■ WHAT YOU NEED TO DO:
Give the data again exactly, stopping after the "f 25 183 181" line.

■ DATA SUPPLIED:
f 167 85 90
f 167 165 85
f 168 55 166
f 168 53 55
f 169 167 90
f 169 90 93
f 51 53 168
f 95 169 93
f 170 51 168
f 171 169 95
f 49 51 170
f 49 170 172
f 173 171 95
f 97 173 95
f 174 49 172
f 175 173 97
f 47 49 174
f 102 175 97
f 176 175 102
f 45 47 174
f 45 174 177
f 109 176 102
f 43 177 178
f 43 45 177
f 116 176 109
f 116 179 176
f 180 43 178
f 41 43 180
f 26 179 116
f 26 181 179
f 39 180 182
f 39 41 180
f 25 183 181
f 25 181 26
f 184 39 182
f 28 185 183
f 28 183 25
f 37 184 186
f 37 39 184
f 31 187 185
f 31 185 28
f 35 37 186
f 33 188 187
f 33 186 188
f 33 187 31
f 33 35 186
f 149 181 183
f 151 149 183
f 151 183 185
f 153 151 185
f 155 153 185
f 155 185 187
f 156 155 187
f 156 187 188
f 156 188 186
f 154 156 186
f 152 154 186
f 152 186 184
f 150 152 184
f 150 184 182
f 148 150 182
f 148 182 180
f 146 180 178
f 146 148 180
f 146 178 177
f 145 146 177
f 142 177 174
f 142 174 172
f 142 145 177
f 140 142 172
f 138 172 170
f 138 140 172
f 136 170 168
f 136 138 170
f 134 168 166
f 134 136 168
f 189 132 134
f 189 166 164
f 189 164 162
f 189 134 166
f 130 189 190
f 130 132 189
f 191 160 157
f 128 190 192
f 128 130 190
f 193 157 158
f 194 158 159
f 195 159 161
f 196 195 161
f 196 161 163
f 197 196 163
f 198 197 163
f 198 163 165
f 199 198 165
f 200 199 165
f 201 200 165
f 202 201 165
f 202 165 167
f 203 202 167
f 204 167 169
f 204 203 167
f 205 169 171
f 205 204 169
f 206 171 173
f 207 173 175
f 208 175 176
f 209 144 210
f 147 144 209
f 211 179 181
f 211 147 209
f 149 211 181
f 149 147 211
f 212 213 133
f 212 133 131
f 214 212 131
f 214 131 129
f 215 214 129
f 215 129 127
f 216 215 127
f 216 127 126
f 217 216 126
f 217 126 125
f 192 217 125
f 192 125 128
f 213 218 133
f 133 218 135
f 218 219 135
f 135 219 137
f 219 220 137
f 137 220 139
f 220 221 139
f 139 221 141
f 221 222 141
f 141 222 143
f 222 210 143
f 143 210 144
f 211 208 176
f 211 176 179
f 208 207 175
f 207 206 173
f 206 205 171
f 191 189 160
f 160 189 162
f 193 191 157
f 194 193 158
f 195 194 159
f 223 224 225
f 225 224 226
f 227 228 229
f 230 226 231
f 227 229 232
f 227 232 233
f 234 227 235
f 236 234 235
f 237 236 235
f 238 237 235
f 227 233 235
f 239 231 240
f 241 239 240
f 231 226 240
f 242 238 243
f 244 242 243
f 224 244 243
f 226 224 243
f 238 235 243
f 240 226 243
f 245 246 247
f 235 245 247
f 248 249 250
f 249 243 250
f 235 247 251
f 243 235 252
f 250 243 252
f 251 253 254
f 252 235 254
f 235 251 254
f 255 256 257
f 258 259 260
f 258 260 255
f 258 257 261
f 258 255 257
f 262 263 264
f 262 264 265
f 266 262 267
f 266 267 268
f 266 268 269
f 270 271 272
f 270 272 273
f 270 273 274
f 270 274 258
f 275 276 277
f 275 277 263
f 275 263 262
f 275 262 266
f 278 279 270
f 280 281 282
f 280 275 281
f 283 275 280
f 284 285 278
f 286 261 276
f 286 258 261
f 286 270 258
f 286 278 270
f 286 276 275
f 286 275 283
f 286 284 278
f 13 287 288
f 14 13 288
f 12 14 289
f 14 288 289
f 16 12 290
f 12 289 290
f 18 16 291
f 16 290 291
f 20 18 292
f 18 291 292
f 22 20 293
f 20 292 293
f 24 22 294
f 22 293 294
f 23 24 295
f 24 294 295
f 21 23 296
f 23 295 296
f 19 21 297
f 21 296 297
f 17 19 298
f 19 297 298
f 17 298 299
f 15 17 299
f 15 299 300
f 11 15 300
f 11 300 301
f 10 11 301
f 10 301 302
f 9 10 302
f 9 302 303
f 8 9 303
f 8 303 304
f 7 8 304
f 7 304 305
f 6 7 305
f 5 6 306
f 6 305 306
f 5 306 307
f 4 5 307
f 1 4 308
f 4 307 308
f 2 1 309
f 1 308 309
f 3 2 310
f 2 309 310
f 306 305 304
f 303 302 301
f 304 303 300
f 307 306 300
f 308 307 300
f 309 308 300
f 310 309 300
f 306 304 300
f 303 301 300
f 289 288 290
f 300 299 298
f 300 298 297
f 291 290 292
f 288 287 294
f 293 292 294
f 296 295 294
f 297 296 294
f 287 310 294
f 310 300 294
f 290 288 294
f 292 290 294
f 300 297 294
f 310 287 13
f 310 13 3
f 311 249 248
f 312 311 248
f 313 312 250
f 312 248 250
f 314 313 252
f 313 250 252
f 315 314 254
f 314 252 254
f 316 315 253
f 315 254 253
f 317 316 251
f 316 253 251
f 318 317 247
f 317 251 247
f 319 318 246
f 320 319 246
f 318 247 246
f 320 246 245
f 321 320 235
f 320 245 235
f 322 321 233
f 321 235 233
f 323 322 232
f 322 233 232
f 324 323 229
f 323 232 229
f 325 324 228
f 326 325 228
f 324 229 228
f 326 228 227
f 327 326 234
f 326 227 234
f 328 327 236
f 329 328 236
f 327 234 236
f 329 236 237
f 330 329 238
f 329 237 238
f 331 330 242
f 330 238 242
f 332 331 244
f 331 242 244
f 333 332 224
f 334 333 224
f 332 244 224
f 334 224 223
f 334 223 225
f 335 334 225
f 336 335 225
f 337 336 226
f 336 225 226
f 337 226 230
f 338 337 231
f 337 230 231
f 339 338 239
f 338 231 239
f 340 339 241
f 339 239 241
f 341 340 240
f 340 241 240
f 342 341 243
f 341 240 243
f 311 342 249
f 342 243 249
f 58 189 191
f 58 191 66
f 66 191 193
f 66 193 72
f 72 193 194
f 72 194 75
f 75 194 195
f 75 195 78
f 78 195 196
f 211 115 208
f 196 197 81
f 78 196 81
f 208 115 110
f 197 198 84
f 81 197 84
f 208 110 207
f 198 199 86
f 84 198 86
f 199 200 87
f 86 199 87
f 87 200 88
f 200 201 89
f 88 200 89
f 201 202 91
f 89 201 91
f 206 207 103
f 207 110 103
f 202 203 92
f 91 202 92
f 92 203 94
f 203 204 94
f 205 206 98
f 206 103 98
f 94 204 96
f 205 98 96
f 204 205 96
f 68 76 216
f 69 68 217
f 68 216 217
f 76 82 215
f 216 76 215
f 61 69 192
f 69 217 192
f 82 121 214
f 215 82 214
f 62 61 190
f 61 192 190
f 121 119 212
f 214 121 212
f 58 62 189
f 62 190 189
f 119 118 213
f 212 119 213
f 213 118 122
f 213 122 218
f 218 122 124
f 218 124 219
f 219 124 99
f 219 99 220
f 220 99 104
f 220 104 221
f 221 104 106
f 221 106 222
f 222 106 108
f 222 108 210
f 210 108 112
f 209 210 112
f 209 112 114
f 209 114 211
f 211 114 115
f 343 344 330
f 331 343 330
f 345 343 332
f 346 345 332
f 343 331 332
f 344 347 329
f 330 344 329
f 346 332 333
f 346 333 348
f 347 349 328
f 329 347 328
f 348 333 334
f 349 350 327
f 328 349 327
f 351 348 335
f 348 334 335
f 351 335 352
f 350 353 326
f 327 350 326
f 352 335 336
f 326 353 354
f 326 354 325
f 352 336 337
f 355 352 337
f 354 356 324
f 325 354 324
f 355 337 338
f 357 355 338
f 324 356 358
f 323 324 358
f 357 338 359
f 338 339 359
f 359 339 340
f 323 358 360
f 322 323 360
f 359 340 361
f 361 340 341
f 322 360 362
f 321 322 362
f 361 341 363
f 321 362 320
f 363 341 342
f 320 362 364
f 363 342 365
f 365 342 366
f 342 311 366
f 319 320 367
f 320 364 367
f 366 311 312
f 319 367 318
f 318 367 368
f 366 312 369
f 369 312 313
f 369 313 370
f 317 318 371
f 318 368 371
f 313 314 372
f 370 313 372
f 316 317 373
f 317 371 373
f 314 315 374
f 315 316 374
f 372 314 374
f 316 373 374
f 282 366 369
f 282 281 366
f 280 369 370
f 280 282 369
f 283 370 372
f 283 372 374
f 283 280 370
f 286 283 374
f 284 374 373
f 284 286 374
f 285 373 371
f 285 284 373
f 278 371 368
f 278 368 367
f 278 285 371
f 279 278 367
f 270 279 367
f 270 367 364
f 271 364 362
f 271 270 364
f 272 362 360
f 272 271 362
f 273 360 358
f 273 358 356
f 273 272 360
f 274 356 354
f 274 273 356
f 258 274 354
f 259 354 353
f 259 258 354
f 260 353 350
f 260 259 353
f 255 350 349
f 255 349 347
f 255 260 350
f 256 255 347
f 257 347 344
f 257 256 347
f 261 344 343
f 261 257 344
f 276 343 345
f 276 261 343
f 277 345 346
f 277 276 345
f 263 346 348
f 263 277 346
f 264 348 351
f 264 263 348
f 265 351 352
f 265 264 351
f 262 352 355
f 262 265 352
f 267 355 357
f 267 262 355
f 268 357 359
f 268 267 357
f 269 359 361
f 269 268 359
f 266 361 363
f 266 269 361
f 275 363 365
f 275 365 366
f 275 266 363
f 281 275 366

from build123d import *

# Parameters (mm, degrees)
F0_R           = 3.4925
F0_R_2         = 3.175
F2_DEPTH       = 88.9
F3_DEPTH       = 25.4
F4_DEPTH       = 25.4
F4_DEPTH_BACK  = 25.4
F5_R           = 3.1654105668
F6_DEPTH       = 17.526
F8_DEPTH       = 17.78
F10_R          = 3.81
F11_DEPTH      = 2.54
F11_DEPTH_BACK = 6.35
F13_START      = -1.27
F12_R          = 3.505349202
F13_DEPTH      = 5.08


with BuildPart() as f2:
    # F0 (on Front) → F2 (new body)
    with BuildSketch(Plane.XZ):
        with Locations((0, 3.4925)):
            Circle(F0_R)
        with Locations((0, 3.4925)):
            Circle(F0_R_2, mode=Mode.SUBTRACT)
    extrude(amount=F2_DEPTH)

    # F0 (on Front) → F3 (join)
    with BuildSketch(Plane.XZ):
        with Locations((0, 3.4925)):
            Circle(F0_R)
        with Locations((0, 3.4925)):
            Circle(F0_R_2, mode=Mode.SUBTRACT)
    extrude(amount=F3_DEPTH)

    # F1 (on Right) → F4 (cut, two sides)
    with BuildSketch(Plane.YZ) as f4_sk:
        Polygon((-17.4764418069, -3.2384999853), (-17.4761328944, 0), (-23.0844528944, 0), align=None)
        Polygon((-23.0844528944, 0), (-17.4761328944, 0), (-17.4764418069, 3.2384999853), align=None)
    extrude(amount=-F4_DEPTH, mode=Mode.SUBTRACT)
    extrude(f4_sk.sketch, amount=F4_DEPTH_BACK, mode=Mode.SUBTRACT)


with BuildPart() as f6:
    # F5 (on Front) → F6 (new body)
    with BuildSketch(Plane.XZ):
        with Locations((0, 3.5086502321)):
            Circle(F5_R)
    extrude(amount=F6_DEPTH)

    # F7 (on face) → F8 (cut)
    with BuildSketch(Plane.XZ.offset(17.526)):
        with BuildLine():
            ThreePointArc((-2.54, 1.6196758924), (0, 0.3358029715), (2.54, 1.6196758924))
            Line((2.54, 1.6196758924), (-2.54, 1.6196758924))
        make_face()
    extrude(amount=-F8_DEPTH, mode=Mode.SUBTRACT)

■ SOLUTION:
f 167 85 90
f 167 165 85
f 168 55 166
f 168 53 55
f 169 167 90
f 169 90 93
f 51 53 168
f 95 169 93
f 170 51 168
f 171 169 95
f 49 51 170
f 49 170 172
f 173 171 95
f 97 173 95
f 174 49 172
f 175 173 97
f 47 49 174
f 102 175 97
f 176 175 102
f 45 47 174
f 45 174 177
f 109 176 102
f 43 177 178
f 43 45 177
f 116 176 109
f 116 179 176
f 180 43 178
f 41 43 180
f 26 179 116
f 26 181 179
f 39 180 182
f 39 41 180
f 25 183 181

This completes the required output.